__Task details__
Find the line with "f 171 89 172" in the entries below, then reproduce it and every line after it down to and including the line with "v 29.926 35.939 0", exactly.

------------

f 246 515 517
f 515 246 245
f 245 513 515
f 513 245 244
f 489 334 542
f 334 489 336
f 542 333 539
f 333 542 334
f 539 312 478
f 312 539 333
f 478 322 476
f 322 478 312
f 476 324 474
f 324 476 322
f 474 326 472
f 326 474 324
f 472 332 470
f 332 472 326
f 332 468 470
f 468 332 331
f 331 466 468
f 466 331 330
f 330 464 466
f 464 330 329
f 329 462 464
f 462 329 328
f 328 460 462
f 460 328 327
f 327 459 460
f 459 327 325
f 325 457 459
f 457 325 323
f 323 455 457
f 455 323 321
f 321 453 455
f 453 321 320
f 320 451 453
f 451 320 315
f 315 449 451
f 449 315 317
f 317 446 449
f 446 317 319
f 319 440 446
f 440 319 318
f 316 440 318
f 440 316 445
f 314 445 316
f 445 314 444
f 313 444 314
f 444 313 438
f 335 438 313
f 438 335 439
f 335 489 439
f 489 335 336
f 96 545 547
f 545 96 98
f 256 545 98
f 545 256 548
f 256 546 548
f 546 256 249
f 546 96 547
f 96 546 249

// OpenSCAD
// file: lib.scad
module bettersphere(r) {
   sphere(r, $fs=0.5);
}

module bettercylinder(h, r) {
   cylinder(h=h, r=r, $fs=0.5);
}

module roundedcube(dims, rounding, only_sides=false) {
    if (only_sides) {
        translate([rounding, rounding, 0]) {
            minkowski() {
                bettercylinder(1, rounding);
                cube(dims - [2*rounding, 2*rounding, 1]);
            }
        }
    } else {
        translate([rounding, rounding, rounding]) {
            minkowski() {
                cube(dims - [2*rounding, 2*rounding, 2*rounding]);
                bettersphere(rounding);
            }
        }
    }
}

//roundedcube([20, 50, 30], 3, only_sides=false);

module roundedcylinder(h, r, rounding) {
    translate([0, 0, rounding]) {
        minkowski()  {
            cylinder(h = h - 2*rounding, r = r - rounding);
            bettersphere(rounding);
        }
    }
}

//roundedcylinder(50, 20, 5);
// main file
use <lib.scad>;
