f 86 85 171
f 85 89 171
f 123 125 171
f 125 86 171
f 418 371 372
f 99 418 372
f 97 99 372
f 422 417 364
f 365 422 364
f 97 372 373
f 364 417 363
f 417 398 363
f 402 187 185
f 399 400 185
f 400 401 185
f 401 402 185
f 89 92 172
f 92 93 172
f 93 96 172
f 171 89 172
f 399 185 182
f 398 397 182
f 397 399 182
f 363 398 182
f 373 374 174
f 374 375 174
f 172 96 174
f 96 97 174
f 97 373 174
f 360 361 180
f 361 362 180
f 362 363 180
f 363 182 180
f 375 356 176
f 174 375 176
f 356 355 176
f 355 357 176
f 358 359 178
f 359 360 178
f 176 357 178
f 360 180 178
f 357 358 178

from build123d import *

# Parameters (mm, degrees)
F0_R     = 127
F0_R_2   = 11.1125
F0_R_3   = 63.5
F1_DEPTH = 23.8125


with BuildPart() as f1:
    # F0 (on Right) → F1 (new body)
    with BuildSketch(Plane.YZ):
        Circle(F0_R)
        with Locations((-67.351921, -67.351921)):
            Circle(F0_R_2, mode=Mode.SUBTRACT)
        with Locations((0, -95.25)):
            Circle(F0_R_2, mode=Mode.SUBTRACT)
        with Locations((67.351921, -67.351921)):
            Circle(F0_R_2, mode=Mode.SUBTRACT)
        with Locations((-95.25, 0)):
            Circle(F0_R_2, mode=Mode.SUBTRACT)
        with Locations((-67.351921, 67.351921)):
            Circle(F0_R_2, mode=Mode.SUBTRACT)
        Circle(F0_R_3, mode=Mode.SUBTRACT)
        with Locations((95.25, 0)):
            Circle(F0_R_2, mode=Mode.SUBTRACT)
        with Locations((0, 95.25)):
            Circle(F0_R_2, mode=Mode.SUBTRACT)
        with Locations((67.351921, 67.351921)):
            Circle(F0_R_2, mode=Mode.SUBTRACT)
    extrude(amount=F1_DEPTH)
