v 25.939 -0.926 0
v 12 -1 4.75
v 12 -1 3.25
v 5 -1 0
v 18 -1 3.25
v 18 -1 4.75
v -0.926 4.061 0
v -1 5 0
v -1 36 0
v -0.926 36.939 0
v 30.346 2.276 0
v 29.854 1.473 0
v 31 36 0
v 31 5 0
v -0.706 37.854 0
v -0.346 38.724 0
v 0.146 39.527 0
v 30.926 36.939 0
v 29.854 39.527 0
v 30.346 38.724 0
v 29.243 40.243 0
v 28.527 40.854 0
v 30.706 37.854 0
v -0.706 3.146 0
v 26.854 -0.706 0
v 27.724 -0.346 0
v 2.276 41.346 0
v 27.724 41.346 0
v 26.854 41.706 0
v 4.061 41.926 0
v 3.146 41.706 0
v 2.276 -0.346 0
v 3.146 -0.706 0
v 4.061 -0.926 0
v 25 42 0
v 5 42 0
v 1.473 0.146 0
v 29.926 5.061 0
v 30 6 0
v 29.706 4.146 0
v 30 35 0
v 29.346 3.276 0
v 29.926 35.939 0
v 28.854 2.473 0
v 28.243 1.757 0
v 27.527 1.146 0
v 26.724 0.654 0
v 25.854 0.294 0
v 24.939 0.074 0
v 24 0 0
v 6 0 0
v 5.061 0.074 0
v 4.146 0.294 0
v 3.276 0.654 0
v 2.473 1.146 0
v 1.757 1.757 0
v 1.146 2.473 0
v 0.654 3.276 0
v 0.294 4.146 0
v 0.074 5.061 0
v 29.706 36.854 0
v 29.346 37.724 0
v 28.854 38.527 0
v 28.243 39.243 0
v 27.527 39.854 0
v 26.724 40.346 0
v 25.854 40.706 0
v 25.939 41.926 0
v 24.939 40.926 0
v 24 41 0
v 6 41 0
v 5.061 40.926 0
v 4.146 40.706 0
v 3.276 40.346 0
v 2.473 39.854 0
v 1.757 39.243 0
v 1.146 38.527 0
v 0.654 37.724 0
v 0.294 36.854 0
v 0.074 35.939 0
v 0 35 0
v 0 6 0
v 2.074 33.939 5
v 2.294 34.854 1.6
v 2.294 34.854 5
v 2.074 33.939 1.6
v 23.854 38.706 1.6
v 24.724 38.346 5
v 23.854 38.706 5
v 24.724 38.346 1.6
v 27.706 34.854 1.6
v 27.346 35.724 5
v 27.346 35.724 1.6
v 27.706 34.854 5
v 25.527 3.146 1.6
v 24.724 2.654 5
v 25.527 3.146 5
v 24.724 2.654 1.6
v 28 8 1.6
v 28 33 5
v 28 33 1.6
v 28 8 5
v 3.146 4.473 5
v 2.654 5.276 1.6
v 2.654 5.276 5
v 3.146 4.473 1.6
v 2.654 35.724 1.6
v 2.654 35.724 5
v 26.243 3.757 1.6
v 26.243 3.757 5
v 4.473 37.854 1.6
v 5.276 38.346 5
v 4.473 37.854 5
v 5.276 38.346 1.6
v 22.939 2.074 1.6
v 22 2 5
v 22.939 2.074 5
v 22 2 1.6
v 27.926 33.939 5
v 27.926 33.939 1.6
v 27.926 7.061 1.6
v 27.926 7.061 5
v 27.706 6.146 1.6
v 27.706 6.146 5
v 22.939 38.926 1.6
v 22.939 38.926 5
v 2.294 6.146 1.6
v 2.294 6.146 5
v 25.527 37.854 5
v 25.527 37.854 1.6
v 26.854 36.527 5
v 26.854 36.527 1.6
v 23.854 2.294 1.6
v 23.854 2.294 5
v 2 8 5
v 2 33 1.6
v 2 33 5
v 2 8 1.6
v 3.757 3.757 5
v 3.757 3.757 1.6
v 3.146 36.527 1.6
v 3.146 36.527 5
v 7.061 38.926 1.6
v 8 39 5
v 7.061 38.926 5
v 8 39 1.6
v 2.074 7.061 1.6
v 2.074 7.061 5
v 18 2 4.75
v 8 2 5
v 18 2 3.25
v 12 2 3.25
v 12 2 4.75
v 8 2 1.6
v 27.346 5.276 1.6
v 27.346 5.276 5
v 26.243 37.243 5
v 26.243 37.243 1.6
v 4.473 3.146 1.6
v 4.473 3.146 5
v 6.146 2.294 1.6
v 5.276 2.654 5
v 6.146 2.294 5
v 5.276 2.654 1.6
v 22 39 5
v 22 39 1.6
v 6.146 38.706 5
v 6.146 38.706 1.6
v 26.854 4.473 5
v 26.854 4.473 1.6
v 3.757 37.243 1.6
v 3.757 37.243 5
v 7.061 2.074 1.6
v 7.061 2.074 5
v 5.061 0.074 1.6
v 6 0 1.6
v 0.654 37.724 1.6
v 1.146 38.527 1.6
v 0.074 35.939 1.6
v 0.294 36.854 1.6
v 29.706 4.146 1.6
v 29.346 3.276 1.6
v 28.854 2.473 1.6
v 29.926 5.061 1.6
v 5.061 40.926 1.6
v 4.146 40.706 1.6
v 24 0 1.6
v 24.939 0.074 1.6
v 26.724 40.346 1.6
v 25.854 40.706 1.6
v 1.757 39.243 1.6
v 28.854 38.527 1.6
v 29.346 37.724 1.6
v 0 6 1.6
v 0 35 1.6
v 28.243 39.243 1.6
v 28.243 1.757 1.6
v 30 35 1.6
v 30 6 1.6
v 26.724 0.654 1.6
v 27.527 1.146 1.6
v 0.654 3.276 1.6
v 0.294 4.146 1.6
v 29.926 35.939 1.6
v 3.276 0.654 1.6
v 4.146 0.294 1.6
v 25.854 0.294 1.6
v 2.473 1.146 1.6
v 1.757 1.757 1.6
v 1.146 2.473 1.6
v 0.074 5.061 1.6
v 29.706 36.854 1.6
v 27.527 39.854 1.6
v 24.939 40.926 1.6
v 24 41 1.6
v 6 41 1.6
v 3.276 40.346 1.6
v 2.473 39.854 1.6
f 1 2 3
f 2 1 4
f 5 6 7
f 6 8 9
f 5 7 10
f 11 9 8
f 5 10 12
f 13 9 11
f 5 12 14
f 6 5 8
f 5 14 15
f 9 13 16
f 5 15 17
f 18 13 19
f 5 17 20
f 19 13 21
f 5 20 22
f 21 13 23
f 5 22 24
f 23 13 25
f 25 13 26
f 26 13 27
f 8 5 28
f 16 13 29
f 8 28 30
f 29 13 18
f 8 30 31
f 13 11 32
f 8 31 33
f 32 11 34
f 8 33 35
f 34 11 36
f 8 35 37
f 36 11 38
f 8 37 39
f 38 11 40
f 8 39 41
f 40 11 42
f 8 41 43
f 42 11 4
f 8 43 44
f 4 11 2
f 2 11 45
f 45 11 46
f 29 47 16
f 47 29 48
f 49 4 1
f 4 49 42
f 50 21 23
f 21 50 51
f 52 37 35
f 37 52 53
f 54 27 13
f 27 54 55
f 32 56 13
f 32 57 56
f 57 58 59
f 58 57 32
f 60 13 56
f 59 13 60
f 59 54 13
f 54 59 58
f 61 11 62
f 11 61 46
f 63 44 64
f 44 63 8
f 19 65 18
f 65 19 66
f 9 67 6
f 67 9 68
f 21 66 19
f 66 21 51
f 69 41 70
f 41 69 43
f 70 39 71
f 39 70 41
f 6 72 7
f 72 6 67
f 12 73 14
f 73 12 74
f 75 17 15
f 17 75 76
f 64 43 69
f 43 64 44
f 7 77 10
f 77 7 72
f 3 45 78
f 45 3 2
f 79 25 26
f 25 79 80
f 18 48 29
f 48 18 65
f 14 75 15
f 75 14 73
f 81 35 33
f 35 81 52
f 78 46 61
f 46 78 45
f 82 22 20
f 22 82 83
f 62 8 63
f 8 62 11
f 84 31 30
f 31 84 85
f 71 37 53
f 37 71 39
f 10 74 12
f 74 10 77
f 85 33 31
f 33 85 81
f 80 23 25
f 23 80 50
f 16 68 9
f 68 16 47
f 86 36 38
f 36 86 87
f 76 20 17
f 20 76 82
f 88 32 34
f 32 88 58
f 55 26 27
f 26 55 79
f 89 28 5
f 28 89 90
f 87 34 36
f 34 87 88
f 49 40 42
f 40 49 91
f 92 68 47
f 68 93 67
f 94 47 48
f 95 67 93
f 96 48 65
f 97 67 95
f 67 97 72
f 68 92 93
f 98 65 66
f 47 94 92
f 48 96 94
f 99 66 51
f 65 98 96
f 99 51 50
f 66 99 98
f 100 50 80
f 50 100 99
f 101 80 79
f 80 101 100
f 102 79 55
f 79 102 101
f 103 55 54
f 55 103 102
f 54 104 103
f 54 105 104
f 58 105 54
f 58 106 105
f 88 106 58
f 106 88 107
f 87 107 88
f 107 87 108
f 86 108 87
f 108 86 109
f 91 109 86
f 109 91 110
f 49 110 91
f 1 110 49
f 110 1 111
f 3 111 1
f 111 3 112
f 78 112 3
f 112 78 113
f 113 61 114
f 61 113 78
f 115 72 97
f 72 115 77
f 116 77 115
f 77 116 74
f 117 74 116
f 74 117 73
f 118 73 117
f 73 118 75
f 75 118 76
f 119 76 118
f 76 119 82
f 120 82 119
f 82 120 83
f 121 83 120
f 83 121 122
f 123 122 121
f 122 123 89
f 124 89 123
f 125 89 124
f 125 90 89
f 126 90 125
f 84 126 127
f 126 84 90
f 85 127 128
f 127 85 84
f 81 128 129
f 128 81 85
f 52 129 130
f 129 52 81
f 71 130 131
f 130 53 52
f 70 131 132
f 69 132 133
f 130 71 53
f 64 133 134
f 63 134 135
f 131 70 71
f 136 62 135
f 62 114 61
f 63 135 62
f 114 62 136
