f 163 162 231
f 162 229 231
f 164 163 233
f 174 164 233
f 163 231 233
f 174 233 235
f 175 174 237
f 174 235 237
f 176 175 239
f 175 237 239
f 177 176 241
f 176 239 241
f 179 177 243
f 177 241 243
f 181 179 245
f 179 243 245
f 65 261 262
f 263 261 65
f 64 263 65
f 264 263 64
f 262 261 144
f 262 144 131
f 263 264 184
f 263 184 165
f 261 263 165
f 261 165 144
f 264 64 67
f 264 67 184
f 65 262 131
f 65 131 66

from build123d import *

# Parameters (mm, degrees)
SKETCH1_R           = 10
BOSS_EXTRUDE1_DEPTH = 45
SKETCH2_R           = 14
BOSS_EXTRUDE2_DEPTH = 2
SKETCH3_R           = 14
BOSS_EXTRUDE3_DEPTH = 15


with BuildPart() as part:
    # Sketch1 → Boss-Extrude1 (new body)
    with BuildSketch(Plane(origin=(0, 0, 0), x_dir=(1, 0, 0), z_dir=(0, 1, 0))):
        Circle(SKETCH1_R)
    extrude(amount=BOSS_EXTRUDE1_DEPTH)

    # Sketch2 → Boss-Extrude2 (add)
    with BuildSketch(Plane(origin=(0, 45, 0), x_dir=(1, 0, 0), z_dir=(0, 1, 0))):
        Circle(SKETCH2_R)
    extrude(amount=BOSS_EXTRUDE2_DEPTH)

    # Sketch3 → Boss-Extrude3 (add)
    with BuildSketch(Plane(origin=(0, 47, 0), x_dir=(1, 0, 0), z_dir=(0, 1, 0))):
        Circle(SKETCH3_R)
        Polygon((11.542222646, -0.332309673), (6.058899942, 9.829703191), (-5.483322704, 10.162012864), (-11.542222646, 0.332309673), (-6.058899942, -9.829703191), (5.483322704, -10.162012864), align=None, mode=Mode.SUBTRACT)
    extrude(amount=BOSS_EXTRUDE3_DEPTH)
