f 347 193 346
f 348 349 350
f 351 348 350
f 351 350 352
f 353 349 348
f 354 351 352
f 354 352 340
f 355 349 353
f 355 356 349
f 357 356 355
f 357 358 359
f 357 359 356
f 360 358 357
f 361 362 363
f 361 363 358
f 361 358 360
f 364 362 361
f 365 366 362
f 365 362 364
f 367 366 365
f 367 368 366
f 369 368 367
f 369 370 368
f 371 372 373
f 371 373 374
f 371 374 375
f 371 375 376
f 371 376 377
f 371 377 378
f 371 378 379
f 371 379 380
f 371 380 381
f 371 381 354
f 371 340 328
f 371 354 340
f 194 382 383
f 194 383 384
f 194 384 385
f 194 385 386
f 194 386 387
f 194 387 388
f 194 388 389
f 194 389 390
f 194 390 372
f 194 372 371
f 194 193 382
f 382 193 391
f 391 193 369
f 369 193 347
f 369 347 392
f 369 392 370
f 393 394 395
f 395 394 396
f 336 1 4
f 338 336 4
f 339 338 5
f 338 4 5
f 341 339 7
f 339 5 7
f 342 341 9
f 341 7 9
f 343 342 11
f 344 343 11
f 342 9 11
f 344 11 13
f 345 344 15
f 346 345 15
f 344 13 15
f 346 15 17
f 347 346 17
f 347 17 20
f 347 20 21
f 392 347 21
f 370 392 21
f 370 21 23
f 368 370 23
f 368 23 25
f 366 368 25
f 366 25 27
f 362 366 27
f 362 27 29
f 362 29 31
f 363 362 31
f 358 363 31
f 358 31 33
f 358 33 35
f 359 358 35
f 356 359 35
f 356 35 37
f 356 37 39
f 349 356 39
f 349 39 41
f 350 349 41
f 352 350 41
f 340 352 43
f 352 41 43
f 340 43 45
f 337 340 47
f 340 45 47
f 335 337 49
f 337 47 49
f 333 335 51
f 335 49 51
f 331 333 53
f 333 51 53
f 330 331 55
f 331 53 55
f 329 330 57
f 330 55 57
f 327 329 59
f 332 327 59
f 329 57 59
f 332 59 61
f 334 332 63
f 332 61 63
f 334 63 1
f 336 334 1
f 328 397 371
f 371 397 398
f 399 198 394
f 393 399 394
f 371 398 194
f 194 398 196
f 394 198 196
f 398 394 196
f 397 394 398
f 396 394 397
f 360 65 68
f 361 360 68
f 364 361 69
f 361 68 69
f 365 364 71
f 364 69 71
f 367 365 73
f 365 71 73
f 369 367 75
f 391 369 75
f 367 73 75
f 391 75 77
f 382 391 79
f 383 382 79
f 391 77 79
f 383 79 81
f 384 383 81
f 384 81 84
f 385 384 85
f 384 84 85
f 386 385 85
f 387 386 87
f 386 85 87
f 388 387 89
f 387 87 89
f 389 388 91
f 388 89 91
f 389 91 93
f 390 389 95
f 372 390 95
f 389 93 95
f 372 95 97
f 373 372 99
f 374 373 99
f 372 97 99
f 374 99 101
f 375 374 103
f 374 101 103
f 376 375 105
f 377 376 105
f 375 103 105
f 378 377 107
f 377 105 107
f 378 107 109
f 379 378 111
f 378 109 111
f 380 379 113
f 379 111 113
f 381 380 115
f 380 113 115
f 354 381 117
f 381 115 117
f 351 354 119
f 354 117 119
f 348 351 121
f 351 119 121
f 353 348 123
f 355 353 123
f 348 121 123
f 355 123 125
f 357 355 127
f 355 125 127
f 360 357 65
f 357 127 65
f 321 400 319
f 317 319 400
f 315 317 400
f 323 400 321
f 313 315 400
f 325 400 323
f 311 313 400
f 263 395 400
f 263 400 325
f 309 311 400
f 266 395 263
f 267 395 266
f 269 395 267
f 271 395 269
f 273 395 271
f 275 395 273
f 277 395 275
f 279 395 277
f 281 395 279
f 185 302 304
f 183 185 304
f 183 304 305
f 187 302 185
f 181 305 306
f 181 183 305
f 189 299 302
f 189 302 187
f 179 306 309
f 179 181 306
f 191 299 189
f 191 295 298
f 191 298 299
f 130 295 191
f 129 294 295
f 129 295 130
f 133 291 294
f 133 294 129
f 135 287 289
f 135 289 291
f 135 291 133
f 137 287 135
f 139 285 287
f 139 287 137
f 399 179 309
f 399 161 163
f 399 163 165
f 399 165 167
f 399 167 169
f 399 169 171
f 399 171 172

------------

__Response below__
f 171 89 172
f 399 185 182
f 398 397 182
f 397 399 182
f 363 398 182
f 373 374 174
f 374 375 174
f 172 96 174
f 96 97 174
f 97 373 174
f 360 361 180
f 361 362 180
f 362 363 180
f 363 182 180
f 375 356 176
f 174 375 176
f 356 355 176
f 355 357 176
f 358 359 178
f 359 360 178
f 176 357 178
f 360 180 178
f 357 358 178

from build123d import *

# Parameters (mm, degrees)
F0_R     = 127
F0_R_2   = 11.1125
F0_R_3   = 63.5
F1_DEPTH = 23.8125


with BuildPart() as f1:
    # F0 (on Right) → F1 (new body)
    with BuildSketch(Plane.YZ):
        Circle(F0_R)
        with Locations((-67.351921, -67.351921)):
            Circle(F0_R_2, mode=Mode.SUBTRACT)
        with Locations((0, -95.25)):
            Circle(F0_R_2, mode=Mode.SUBTRACT)
        with Locations((67.351921, -67.351921)):
            Circle(F0_R_2, mode=Mode.SUBTRACT)
        with Locations((-95.25, 0)):
            Circle(F0_R_2, mode=Mode.SUBTRACT)
        with Locations((-67.351921, 67.351921)):
            Circle(F0_R_2, mode=Mode.SUBTRACT)
        Circle(F0_R_3, mode=Mode.SUBTRACT)
        with Locations((95.25, 0)):
            Circle(F0_R_2, mode=Mode.SUBTRACT)
        with Locations((0, 95.25)):
            Circle(F0_R_2, mode=Mode.SUBTRACT)
        with Locations((67.351921, 67.351921)):
            Circle(F0_R_2, mode=Mode.SUBTRACT)
    extrude(amount=F1_DEPTH)
v 25.939 -0.926 0
v 12 -1 4.75
v 12 -1 3.25
v 5 -1 0
v 18 -1 3.25
v 18 -1 4.75
v -0.926 4.061 0
v -1 5 0
v -1 36 0
v -0.926 36.939 0
v 30.346 2.276 0
v 29.854 1.473 0
v 31 36 0
v 31 5 0
v -0.706 37.854 0
v -0.346 38.724 0
v 0.146 39.527 0
v 30.926 36.939 0
v 29.854 39.527 0
v 30.346 38.724 0
v 29.243 40.243 0
v 28.527 40.854 0
v 30.706 37.854 0
v -0.706 3.146 0
v 26.854 -0.706 0
v 27.724 -0.346 0
v 2.276 41.346 0
v 27.724 41.346 0
v 26.854 41.706 0
v 4.061 41.926 0
v 3.146 41.706 0
v 2.276 -0.346 0
v 3.146 -0.706 0
v 4.061 -0.926 0
v 25 42 0
v 5 42 0
v 1.473 0.146 0
v 29.926 5.061 0
v 30 6 0
v 29.706 4.146 0
v 30 35 0
v 29.346 3.276 0
v 29.926 35.939 0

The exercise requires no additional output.